Y lo primero para resaltar en el libro de José Luis, justamente, es su unidad temática. Aquí el sistema funciona a la perfección. Y ese eje transversal es el conflicto, el conflicto en toda su crudeza y barbarie. A veces el conflicto es el protagonista. Vemos entonces sus episodios atroces y sus víctimas. Vemos sangre fluyendo incansable, y calles presenciando batallas fratricidas. Quedan odios circulando, cicatrices que quizás nunca sanen. El escenario es el campo, o las ciudades recién colonizadas por el traslado masivo de campesinos huyendo de la guerra o atraídos por la modernización de los primeros cincuenta años del siglo XX. Pero a veces el conflicto es telón de fondo, y entonces aparecen en primer plano escenas urbanas, modernas, ambientadas en una atmósfera en la que la tecnología se constituye en la realidad más inmediata del hombre. Es decir, entonces, que bien pudiéramos pensar que el tiempo, analizado en su sentido diacrónico, también estructura este conjunto de relatos.

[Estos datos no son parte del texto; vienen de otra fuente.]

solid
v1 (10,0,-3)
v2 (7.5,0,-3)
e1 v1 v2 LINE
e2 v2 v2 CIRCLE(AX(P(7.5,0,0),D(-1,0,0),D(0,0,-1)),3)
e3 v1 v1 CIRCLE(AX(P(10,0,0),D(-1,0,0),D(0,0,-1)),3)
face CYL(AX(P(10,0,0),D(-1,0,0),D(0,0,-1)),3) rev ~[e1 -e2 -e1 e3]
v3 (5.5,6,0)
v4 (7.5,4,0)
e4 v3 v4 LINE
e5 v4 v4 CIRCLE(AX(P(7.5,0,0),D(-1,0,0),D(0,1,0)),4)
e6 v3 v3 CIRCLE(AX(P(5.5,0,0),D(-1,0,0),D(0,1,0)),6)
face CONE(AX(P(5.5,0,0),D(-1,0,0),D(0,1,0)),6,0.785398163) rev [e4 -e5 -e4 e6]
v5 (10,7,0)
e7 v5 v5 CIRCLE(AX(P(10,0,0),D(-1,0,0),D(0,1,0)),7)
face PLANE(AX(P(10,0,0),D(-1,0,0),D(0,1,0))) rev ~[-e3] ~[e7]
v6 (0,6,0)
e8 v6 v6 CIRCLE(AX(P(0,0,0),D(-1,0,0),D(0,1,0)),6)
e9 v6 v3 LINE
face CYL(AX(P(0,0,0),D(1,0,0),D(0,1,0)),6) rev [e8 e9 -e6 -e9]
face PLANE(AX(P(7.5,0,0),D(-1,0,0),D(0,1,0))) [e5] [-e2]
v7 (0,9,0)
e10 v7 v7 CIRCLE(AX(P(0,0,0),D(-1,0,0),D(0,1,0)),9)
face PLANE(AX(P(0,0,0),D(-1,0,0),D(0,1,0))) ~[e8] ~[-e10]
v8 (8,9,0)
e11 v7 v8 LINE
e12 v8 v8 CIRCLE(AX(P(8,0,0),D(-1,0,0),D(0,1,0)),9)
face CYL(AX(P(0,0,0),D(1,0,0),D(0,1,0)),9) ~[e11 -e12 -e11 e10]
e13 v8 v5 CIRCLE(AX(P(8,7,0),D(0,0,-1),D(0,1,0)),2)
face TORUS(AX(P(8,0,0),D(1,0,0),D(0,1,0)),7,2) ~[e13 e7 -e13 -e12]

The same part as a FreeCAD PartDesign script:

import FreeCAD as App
import Part
import Sketcher

V = App.Vector
Q = App.Units.Quantity


def edges_at(feature, points):
    """Names of the edges that pass closest to the given points."""
    edges = feature.Shape.Edges
    near = lambda p: min(range(len(edges)), key=lambda i: edges[i].distToShape(Part.Vertex(*p))[0])
    return sorted({f"Edge{near(p) + 1}" for p in points})

doc = App.newDocument("Part")
body = doc.addObject("PartDesign::Body", "Body")

# Sketch on XY plane
sketch1 = body.newObject("Sketcher::SketchObject", "Sketch")
sketch1.AttachmentSupport = (doc.getObject("XY_Plane"), [""])
sketch1.MapMode = "FlatFace"
sketch1.addGeometry([
    Part.LineSegment(V(0, 9, 0), V(0, 6, 0)),  # 0
    Part.LineSegment(V(0, 6, 0), V(5.5, 6, 0)),  # 1
    Part.LineSegment(V(5.5, 6, 0), V(7.5, 4, 0)),  # 2
    Part.LineSegment(V(7.5, 4, 0), V(7.5, 0, 0)),  # 3
    Part.LineSegment(V(7.5, 0, 0), V(10, 0, 0)),  # 4
    Part.LineSegment(V(10, 0, 0), V(10, 9, 0)),  # 5
    Part.LineSegment(V(10, 9, 0), V(0, 9, 0)),  # 6
], False)
sketch1.addConstraint([
    Sketcher.Constraint("Coincident", 0, 2, 1, 1),
    Sketcher.Constraint("Coincident", 1, 2, 2, 1),
    Sketcher.Constraint("Coincident", 2, 2, 3, 1),
    Sketcher.Constraint("Coincident", 3, 2, 4, 1),
    Sketcher.Constraint("Coincident", 4, 2, 5, 1),
    Sketcher.Constraint("Coincident", 5, 2, 6, 1),
    Sketcher.Constraint("Coincident", 6, 2, 0, 1),
    Sketcher.Constraint("Vertical", 0),
    Sketcher.Constraint("Horizontal", 1),
    Sketcher.Constraint("Vertical", 3),
    Sketcher.Constraint("Horizontal", 4),
    Sketcher.Constraint("Vertical", 5),
    Sketcher.Constraint("Horizontal", 6),
    Sketcher.Constraint("PointOnObject", 0, 2, -2),
    Sketcher.Constraint("PointOnObject", 3, 2, -1),
    Sketcher.Constraint("DistanceX", 6, 2, 6, 1, Q("10 mm")),
    Sketcher.Constraint("Angle", 2, Q("-45 deg")),
    Sketcher.Constraint("DistanceX", 4, 1, 4, 2, Q("2.5 mm")),
    Sketcher.Constraint("DistanceX", 1, 2, 2, 2, Q("2 mm")),
    Sketcher.Constraint("DistanceY", 0, 2, 0, 1, Q("3 mm")),
    Sketcher.Constraint("DistanceY", 3, 2, 3, 1, Q("4 mm")),
])
revolution = body.newObject("PartDesign::Revolution", "Revolution")
revolution.Profile = sketch1
revolution.ReferenceAxis = (sketch1, ["H_Axis"])
revolution.Angle = 360

# Sketch on YZ plane
sketch2 = body.newObject("Sketcher::SketchObject", "Sketch001")
sketch2.AttachmentSupport = (doc.getObject("YZ_Plane"), [""])
sketch2.MapMode = "FlatFace"
sketch2.AttachmentOffset = App.Placement(V(0, 0, 10), App.Rotation())
sketch2.addGeometry(Part.Circle(V(0, 0, 0), V(0, 0, 1), 3), False)
sketch2.addConstraint([
    Sketcher.Constraint("Coincident", 0, 3, -1, 1),
    Sketcher.Constraint("Diameter", 0, Q("6 mm")),
])
doc.recompute()
hole = body.newObject("PartDesign::Hole", "Hole")
hole.Profile = sketch2
hole.ThreadType = "None"
hole.Diameter = 6
hole.DepthType = "ThroughAll"
doc.recompute()

fillet = body.newObject("PartDesign::Fillet", "Fillet")
fillet.Base = (hole, edges_at(hole, [(10, -9, 0)]))
fillet.Radius = 2

doc.recompute()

Léase bien, prefiero llamarlos relatos, no cuentos. Hay en ese pequeño giro lingüístico una razón de peso. Quizás los primeros textos: “Eutimio”, “Hostigamiento”, “NN”, “La noche de los panfletos”, “A tientas”, y lo que José Luis llama minicuentos, son en realidad piezas narrativas con una estructura cuentística. En éstos, el conflicto aparece en su dimensión más plena y alcanza momentos de tensión bien elaborados. Sentimos los personajes, nos los imaginamos de carne y hueso, desarraigados, nos entrometemos en esos destinos un tanto aciagos que les tocan. Las demás piezas constituyen una variedad de propuestas, entre anécdotas, viñetas históricas, crónicas o cuadros semicostumbristas, inscritos dentro de una tradición picaresca o de mero divertimento. También se intenta conferirles una estructura cuentística, pero la ejecución impide que esto se realice a plenitud. Noto que cuando el conflicto se hace lejano, como tema y no como tiempo, como simple principio de causalidad o como referencia, lejana o inmediata, los textos pierden en tensión. Pierde el conflicto; pierde el género.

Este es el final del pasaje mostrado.